Uma ideia confirmada pelo presidente da Associação Nacional de Diretores de Agrupamentos e Escolas Públicas (ANDAEP), que conta que os pais estranham e reprovam se os professores não marcam TPC. "Precisamos da ajuda dos pais para evitar esse volume exagerado de trabalhos", pede Filinto lima, que também dirige o agrupamento Dr. Costa Matos, em Vila Nova de Gaia. "Se tivermos duas escolas lado a lado com posturas diferentes sobre os trabalhos para casa, isso pode criar problemas de perceção juntos dos pais", acrescenta Arlindo Ferreira, diretor escolar na Póvoa de Varzim.

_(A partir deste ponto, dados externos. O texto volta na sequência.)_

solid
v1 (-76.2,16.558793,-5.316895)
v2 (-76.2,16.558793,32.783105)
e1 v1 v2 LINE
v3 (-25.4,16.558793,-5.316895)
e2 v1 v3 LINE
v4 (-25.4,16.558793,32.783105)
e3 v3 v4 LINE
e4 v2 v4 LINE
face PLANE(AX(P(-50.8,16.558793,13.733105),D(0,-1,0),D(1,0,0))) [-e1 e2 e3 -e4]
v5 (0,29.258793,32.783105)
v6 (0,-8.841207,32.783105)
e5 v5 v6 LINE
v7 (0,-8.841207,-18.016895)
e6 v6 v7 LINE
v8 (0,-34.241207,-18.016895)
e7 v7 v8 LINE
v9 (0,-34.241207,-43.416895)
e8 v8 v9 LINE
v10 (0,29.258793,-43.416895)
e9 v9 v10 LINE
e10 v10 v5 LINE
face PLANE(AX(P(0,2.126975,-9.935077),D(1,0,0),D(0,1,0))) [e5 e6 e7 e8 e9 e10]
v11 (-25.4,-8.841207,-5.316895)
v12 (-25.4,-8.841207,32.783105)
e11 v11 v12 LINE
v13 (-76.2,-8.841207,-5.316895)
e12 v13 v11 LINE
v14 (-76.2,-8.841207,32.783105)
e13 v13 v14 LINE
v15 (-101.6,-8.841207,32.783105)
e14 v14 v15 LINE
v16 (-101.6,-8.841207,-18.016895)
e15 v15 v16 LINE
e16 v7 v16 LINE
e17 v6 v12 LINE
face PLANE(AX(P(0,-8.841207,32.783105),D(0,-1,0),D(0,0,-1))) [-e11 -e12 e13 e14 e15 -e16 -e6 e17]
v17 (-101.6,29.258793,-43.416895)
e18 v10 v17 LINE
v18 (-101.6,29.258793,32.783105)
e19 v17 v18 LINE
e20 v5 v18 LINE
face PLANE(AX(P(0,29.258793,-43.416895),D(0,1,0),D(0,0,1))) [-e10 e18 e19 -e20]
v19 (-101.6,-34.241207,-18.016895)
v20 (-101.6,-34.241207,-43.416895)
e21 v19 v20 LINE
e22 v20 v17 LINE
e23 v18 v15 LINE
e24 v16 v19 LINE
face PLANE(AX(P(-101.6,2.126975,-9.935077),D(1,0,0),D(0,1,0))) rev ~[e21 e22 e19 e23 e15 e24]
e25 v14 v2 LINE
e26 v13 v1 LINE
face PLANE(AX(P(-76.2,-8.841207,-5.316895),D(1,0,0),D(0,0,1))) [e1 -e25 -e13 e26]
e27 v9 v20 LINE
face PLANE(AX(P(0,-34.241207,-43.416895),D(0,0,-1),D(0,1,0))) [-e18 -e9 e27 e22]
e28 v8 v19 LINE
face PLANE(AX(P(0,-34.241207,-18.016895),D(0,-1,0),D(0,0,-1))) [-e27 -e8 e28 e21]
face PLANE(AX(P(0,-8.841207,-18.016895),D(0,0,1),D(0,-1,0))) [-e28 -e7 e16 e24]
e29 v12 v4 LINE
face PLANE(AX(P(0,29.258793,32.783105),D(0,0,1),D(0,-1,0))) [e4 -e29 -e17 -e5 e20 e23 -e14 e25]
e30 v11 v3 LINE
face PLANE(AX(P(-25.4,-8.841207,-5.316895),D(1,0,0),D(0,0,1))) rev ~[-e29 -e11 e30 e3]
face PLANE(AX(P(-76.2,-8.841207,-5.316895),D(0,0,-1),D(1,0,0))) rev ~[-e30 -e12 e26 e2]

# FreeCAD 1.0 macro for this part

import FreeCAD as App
import Part
import Sketcher

V = App.Vector
Q = App.Units.Quantity

doc = App.newDocument("Part")
body = doc.addObject("PartDesign::Body", "Body")

# Sketch on YZ plane
sketch1 = body.newObject("Sketcher::SketchObject", "Sketch")
sketch1.AttachmentSupport = (doc.getObject("YZ_Plane"), [""])
sketch1.MapMode = "FlatFace"
sketch1.addGeometry(Part.LineSegment(V(-34, -18, 0), V(-34, -43, 0)), False)
sketch1.addGeometry(Part.LineSegment(V(-34, -43, 0), V(29, -43, 0)), False)
sketch1.addGeometry(Part.LineSegment(V(29, -43, 0), V(29, 33, 0)), False)
sketch1.addGeometry(Part.LineSegment(V(29, 33, 0), V(-9, 33, 0)), False)
sketch1.addGeometry(Part.LineSegment(V(-9, 33, 0), V(-9, -18, 0)), False)
sketch1.addGeometry(Part.LineSegment(V(-9, -18, 0), V(-34, -18, 0)), False)
sketch1.addConstraint(Sketcher.Constraint("Coincident", 0, 2, 1, 1))
sketch1.addConstraint(Sketcher.Constraint("Coincident", 1, 2, 2, 1))
sketch1.addConstraint(Sketcher.Constraint("Coincident", 2, 2, 3, 1))
sketch1.addConstraint(Sketcher.Constraint("Coincident", 3, 2, 4, 1))
sketch1.addConstraint(Sketcher.Constraint("Coincident", 4, 2, 5, 1))
sketch1.addConstraint(Sketcher.Constraint("Coincident", 5, 2, 0, 1))
sketch1.addConstraint(Sketcher.Constraint("Vertical", 0))
sketch1.addConstraint(Sketcher.Constraint("Horizontal", 1))
sketch1.addConstraint(Sketcher.Constraint("Vertical", 2))
sketch1.addConstraint(Sketcher.Constraint("Horizontal", 3))
sketch1.addConstraint(Sketcher.Constraint("Vertical", 4))
sketch1.addConstraint(Sketcher.Constraint("Horizontal", 5))
sketch1.addConstraint(Sketcher.Constraint("Equal", 5, 0))
sketch1.addConstraint(Sketcher.Constraint("DistanceX", 5, 2, 5, 1, Q("1 in")))
sketch1.addConstraint(Sketcher.Constraint("DistanceY", 2, 1, 2, 2, Q("3 in")))
sketch1.addConstraint(Sketcher.Constraint("DistanceX", 1, 1, 1, 2, Q("2.5 in")))
sketch1.addConstraint(Sketcher.Constraint("DistanceX", 0, 2, -1, 1, 34.241207))
sketch1.addConstraint(Sketcher.Constraint("DistanceY", 0, 2, -1, 1, 43.416895))
pad1 = body.newObject("PartDesign::Pad", "Pad")
pad1.Profile = sketch1
pad1.Length = Q("4 in")
pad1.Reversed = True

# Sketch on XZ plane
sketch2 = body.newObject("Sketcher::SketchObject", "Sketch001")
sketch2.AttachmentSupport = (doc.getObject("XZ_Plane"), [""])
sketch2.MapMode = "FlatFace"
sketch2.AttachmentOffset = App.Placement(V(0, 0, 8.841207), App.Rotation())
sketch2.addGeometry(Part.LineSegment(V(-76, 33, 0), V(-76, -5, 0)), False)
sketch2.addGeometry(Part.LineSegment(V(-76, -5, 0), V(-25, -5, 0)), False)
sketch2.addGeometry(Part.LineSegment(V(-25, -5, 0), V(-25, 33, 0)), False)
sketch2.addGeometry(Part.LineSegment(V(-25, 33, 0), V(-76, 33, 0)), False)
sketch2.addConstraint(Sketcher.Constraint("Coincident", 0, 2, 1, 1))
sketch2.addConstraint(Sketcher.Constraint("Coincident", 1, 2, 2, 1))
sketch2.addConstraint(Sketcher.Constraint("Coincident", 2, 2, 3, 1))
sketch2.addConstraint(Sketcher.Constraint("Coincident", 3, 2, 0, 1))
sketch2.addConstraint(Sketcher.Constraint("Vertical", 0))
sketch2.addConstraint(Sketcher.Constraint("Horizontal", 1))
sketch2.addConstraint(Sketcher.Constraint("Vertical", 2))
sketch2.addConstraint(Sketcher.Constraint("Horizontal", 3))
sketch2.addConstraint(Sketcher.Constraint("DistanceX", 1, 1, 1, 2, Q("2 in")))
sketch2.addConstraint(Sketcher.Constraint("DistanceY", 0, 2, 0, 1, Q("1.5 in")))
sketch2.addConstraint(Sketcher.Constraint("DistanceX", 0, 2, -1, 1, Q("3 in")))
sketch2.addConstraint(Sketcher.Constraint("DistanceY", 0, 2, -1, 1, 5.316895))
pocket1 = body.newObject("PartDesign::Pocket", "Pocket")
pocket1.Profile = sketch2
pocket1.Length = Q("1 in")

doc.recompute()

Escolas deviam garantir o estudo fora das aulas

O que se nota no terreno é que, no secundário, os trabalhos para casa são muitas vezes feitos já em centros de explicações, onde pode haver desarticulação com o que é desenvolvido na escola, alerta José Morgado, que dá exemplo positivo do Agrupamento de Escolas de Carcavelos, que disponibilizou salas para os explicadores. "As escolas deviam ter dispositivos de apoio para exercitar competências, uma espécie de controlo de qualidade e de coerência da ajuda dada fora da sala de aula".

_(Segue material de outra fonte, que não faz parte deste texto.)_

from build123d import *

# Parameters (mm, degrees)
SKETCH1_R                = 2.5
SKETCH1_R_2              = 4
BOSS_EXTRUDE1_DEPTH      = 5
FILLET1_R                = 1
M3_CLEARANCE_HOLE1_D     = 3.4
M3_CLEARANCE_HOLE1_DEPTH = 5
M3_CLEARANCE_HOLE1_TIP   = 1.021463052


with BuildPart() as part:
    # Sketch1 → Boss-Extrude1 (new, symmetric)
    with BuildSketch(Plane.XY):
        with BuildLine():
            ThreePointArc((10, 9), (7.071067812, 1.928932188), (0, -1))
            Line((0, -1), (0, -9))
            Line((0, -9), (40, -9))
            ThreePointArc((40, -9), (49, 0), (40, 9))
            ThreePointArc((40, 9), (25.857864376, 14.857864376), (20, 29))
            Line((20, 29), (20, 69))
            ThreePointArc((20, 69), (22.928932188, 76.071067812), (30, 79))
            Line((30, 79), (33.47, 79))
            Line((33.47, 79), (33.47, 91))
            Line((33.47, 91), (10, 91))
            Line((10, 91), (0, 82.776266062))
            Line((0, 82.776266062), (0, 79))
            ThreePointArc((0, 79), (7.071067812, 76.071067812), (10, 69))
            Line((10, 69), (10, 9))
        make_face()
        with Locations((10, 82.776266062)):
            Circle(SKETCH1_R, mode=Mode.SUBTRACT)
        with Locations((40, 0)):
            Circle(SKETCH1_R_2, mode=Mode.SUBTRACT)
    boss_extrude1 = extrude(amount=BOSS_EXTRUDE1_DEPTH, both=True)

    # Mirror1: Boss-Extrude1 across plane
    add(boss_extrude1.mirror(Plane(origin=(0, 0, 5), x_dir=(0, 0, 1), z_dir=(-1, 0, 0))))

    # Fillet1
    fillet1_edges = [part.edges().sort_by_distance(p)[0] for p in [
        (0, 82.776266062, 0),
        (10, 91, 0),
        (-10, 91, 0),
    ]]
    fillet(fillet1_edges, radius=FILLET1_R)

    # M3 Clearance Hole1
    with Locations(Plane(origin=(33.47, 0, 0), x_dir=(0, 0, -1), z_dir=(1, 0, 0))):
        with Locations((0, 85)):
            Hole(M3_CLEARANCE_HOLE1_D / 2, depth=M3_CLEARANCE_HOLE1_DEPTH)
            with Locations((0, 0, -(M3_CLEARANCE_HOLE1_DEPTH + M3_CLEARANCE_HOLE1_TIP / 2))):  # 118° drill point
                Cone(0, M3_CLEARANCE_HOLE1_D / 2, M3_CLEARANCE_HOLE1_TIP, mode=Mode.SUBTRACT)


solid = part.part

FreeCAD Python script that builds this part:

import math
import FreeCAD as App
import Part
import Sketcher
from FreeCAD import Vector
Q = App.Units.Quantity


def edges_at(feature, points):
    """Names of the edges that pass closest to the given points."""
    edges = feature.Shape.Edges
    near = lambda p: min(range(len(edges)), key=lambda i: edges[i].distToShape(Part.Vertex(*p))[0])
    return sorted({f"Edge{near(p) + 1}" for p in points})

doc = App.newDocument("Part")
body = doc.addObject("PartDesign::Body", "Body")

# Sketch on XY plane
sketch1 = body.newObject("Sketcher::SketchObject", "Sketch")
sketch1.AttachmentSupport = (doc.getObject("XY_Plane"), [""])
sketch1.MapMode = "FlatFace"
sketch1.addGeometry(Part.ArcOfCircle(Part.Circle(Vector(0, 9, 0), Vector(0, 0, 1), 10), math.radians(-90), math.radians(0)), False)
sketch1.addGeometry(Part.LineSegment(Vector(0, -1, 0), Vector(0, -9, 0)), False)
sketch1.addGeometry(Part.LineSegment(Vector(0, -9, 0), Vector(40, -9, 0)), False)
sketch1.addGeometry(Part.ArcOfCircle(Part.Circle(Vector(40, 0, 0), Vector(0, 0, 1), 9), math.radians(-90), math.radians(90)), False)
sketch1.addGeometry(Part.ArcOfCircle(Part.Circle(Vector(40, 29, 0), Vector(0, 0, 1), 20), math.radians(180), math.radians(270)), False)
sketch1.addGeometry(Part.LineSegment(Vector(20, 29, 0), Vector(20, 69, 0)), False)
sketch1.addGeometry(Part.ArcOfCircle(Part.Circle(Vector(30, 69, 0), Vector(0, 0, 1), 10), math.radians(90), math.radians(180)), False)
sketch1.addGeometry(Part.LineSegment(Vector(30, 79, 0), Vector(33.5, 79, 0)), False)
sketch1.addGeometry(Part.LineSegment(Vector(33.5, 79, 0), Vector(33.5, 91, 0)), False)
sketch1.addGeometry(Part.LineSegment(Vector(33.5, 91, 0), Vector(10, 91, 0)), False)
sketch1.addGeometry(Part.LineSegment(Vector(10, 91, 0), Vector(0, 82.8, 0)), False)
sketch1.addGeometry(Part.LineSegment(Vector(0, 82.8, 0), Vector(0, 79, 0)), False)
sketch1.addGeometry(Part.ArcOfCircle(Part.Circle(Vector(0, 69, 0), Vector(0, 0, 1), 10), math.radians(0), math.radians(90)), False)
sketch1.addGeometry(Part.LineSegment(Vector(10, 69, 0), Vector(10, 9, 0)), False)
sketch1.addGeometry(Part.Circle(Vector(40, 0, 0), Vector(0, 0, 1), 4), False)
sketch1.addGeometry(Part.Circle(Vector(10, 82.8, 0), Vector(0, 0, 1), 2.5), False)
sketch1.addConstraint(Sketcher.Constraint("Coincident", 0, 1, 1, 1))
sketch1.addConstraint(Sketcher.Constraint("Coincident", 1, 2, 2, 1))
sketch1.addConstraint(Sketcher.Constraint("Tangent", 2, 2, 3, 1))
sketch1.addConstraint(Sketcher.Constraint("Tangent", 3, 2, 4, 2))
sketch1.addConstraint(Sketcher.Constraint("Tangent", 4, 1, 5, 1))
sketch1.addConstraint(Sketcher.Constraint("Tangent", 5, 2, 6, 2))
sketch1.addConstraint(Sketcher.Constraint("Tangent", 6, 1, 7, 1))
sketch1.addConstraint(Sketcher.Constraint("Coincident", 7, 2, 8, 1))
sketch1.addConstraint(Sketcher.Constraint("Coincident", 8, 2, 9, 1))
sketch1.addConstraint(Sketcher.Constraint("Coincident", 9, 2, 10, 1))
sketch1.addConstraint(Sketcher.Constraint("Coincident", 10, 2, 11, 1))
sketch1.addConstraint(Sketcher.Constraint("Coincident", 11, 2, 12, 2))
sketch1.addConstraint(Sketcher.Constraint("Tangent", 12, 1, 13, 1))
sketch1.addConstraint(Sketcher.Constraint("Tangent", 13, 2, 0, 2))
sketch1.addConstraint(Sketcher.Constraint("Vertical", 1))
sketch1.addConstraint(Sketcher.Constraint("Horizontal", 2))
sketch1.addConstraint(Sketcher.Constraint("Vertical", 5))
sketch1.addConstraint(Sketcher.Constraint("Horizontal", 7))
sketch1.addConstraint(Sketcher.Constraint("Vertical", 8))
sketch1.addConstraint(Sketcher.Constraint("Horizontal", 9))
sketch1.addConstraint(Sketcher.Constraint("Vertical", 11))
sketch1.addConstraint(Sketcher.Constraint("Vertical", 13))
sketch1.addConstraint(Sketcher.Constraint("Coincident", 14, 3, 3, 3))
sketch1.addConstraint(Sketcher.Constraint("Equal", 0, 6))
sketch1.addConstraint(Sketcher.Constraint("Equal", 6, 12))
sketch1.addConstraint(Sketcher.Constraint("Symmetric", 2, 2, 3, 2, -1))
sketch1.addConstraint(Sketcher.Constraint("PointOnObject", 0, 3, -2))
sketch1.addConstraint(Sketcher.Constraint("PointOnObject", 0, 1, -2))
sketch1.addConstraint(Sketcher.Constraint("PointOnObject", 10, 2, -2))
sketch1.addConstraint(Sketcher.Constraint("Horizontal", 6, 3, 12, 3))
sketch1.addConstraint(Sketcher.Constraint("Horizontal", 0, 3, 3, 2))
sketch1.addConstraint(Sketcher.Constraint("Horizontal", 15, 3, 10, 2))
sketch1.addConstraint(Sketcher.Constraint("Vertical", 15, 3, 9, 2))
sketch1.addConstraint(Sketcher.Constraint("Vertical", 9, 2, 12, 1))
sketch1.addConstraint(Sketcher.Constraint("Equal", 2, 5))
sketch1.addConstraint(Sketcher.Constraint("Diameter", 14, Q("8 mm")))
sketch1.addConstraint(Sketcher.Constraint("Diameter", 15, Q("5 mm")))
sketch1.addConstraint(Sketcher.Constraint("Radius", 0, Q("10 mm")))
sketch1.addConstraint(Sketcher.Constraint("Radius", 3, Q("9 mm")))
sketch1.addConstraint(Sketcher.Constraint("Radius", 4, Q("20 mm")))
sketch1.addConstraint(Sketcher.Constraint("DistanceX", 2, 1, 2, 2, Q("40 mm")))
sketch1.addConstraint(Sketcher.Constraint("DistanceY", 8, 1, 8, 2, Q("12 mm")))
sketch1.addConstraint(Sketcher.Constraint("DistanceX", 7, 1, 7, 2, Q("3.47 mm")))
sketch1.addConstraint(Sketcher.Constraint("DistanceY", 11, 2, 11, 1, Q("3.776266 mm")))
pad1 = body.newObject("PartDesign::Pad", "Pad")
pad1.Profile = sketch1
pad1.Length = 10
pad1.Midplane = True
doc.recompute()

mirrored = body.newObject("PartDesign::Mirrored", "Mirrored")
mirrored.Originals = [pad1]
mirrored.MirrorPlane = (doc.getObject("YZ_Plane"), [""])
body.Tip = mirrored
doc.recompute()

fillet = body.newObject("PartDesign::Fillet", "Fillet")
fillet.Base = (mirrored, edges_at(mirrored, [(0, 82.776, 0), (10, 91, 0), (-10, 91, 0)]))
fillet.Radius = 1

# Sketch on YZ plane
sketch2 = body.newObject("Sketcher::SketchObject", "Sketch001")
sketch2.AttachmentSupport = (doc.getObject("YZ_Plane"), [""])
sketch2.MapMode = "FlatFace"
sketch2.AttachmentOffset = App.Placement(Vector(0, 0, 33.47), App.Rotation())
sketch2.addGeometry(Part.Circle(Vector(85, 0, 0), Vector(0, 0, 1), 1.7), False)
sketch2.addConstraint(Sketcher.Constraint("PointOnObject", 0, 3, -1))
sketch2.addConstraint(Sketcher.Constraint("Diameter", 0, Q("3.4 mm")))
sketch2.addConstraint(Sketcher.Constraint("DistanceX", -1, 1, 0, 3, Q("85 mm")))
doc.recompute()
hole = body.newObject("PartDesign::Hole", "Hole")
hole.Profile = sketch2
hole.ThreadType = "None"
hole.Diameter = 3.4
hole.DepthType = "Dimension"
hole.Depth = 5
hole.DrillPoint = "Angled"
hole.DrillPointAngle = 118

doc.recompute()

Filinto Lima concorda que os TPC podem "ferir a equidade" entre os alunos e que, idealmente, deviam ser as escolas a garantir espaços para apoio extracurricular, "para que o trabalho autónomo dos alunos, que também é importante, fosse orientado por professores dessas áreas e das suas escolas".

Já Arlindo Ferreira, diretor do agrupamento de escolas Cego do Maio, em Póvoa do Varzim, e conhecido blogger da área da Educação, até acha que muitos centros de explicações se adequam ao trabalho que é dados nas escolas, mas reconhece que a partir do 2º ano pode haver um excesso de trabalhos de casa, pedidos pelos professores das diferentes disciplinas, e que cabe a cada escola coordenar o trabalho para evitar acumulações. No seu caso, garante que não há excessos. "Não impedi que se passem trabalhos para casa, mas sem exageros. É visto como uma forma de estimular a participação dos pais no trabalho dos filhos. Se for com conta, peso e medida, para consolidar matérias, nada contra", defende Arlindo Ferreira.

O problema é mesmo quando as escolas não apresentam soluções para os alunos que estão a ficar para trás ou está sobrecarregada de matéria e demasiado focada nos resultados e recorre ao TPC para resolver isso, contrapõe José Morgado. O psicólogo educacional considera que as mudanças nesta área terão de passar pela formação inicial dos professores, pela sensibilização e num ensino "menos assente nos manuais", porque há alunos "que não cabem num manual" e que as escolas têm de arranjar soluções para eles.

No final do ano passado, a comunidade Valenciana foi a primeira região autónoma espanhola a aprovar uma norma, que entrou em vigor no dia de Natal, para limitar os trabalhos de casa para os estudantes entre os seis e os 16 anos. Uma iniciativa que inspirou a petição lançada por José Eduardo Moniz.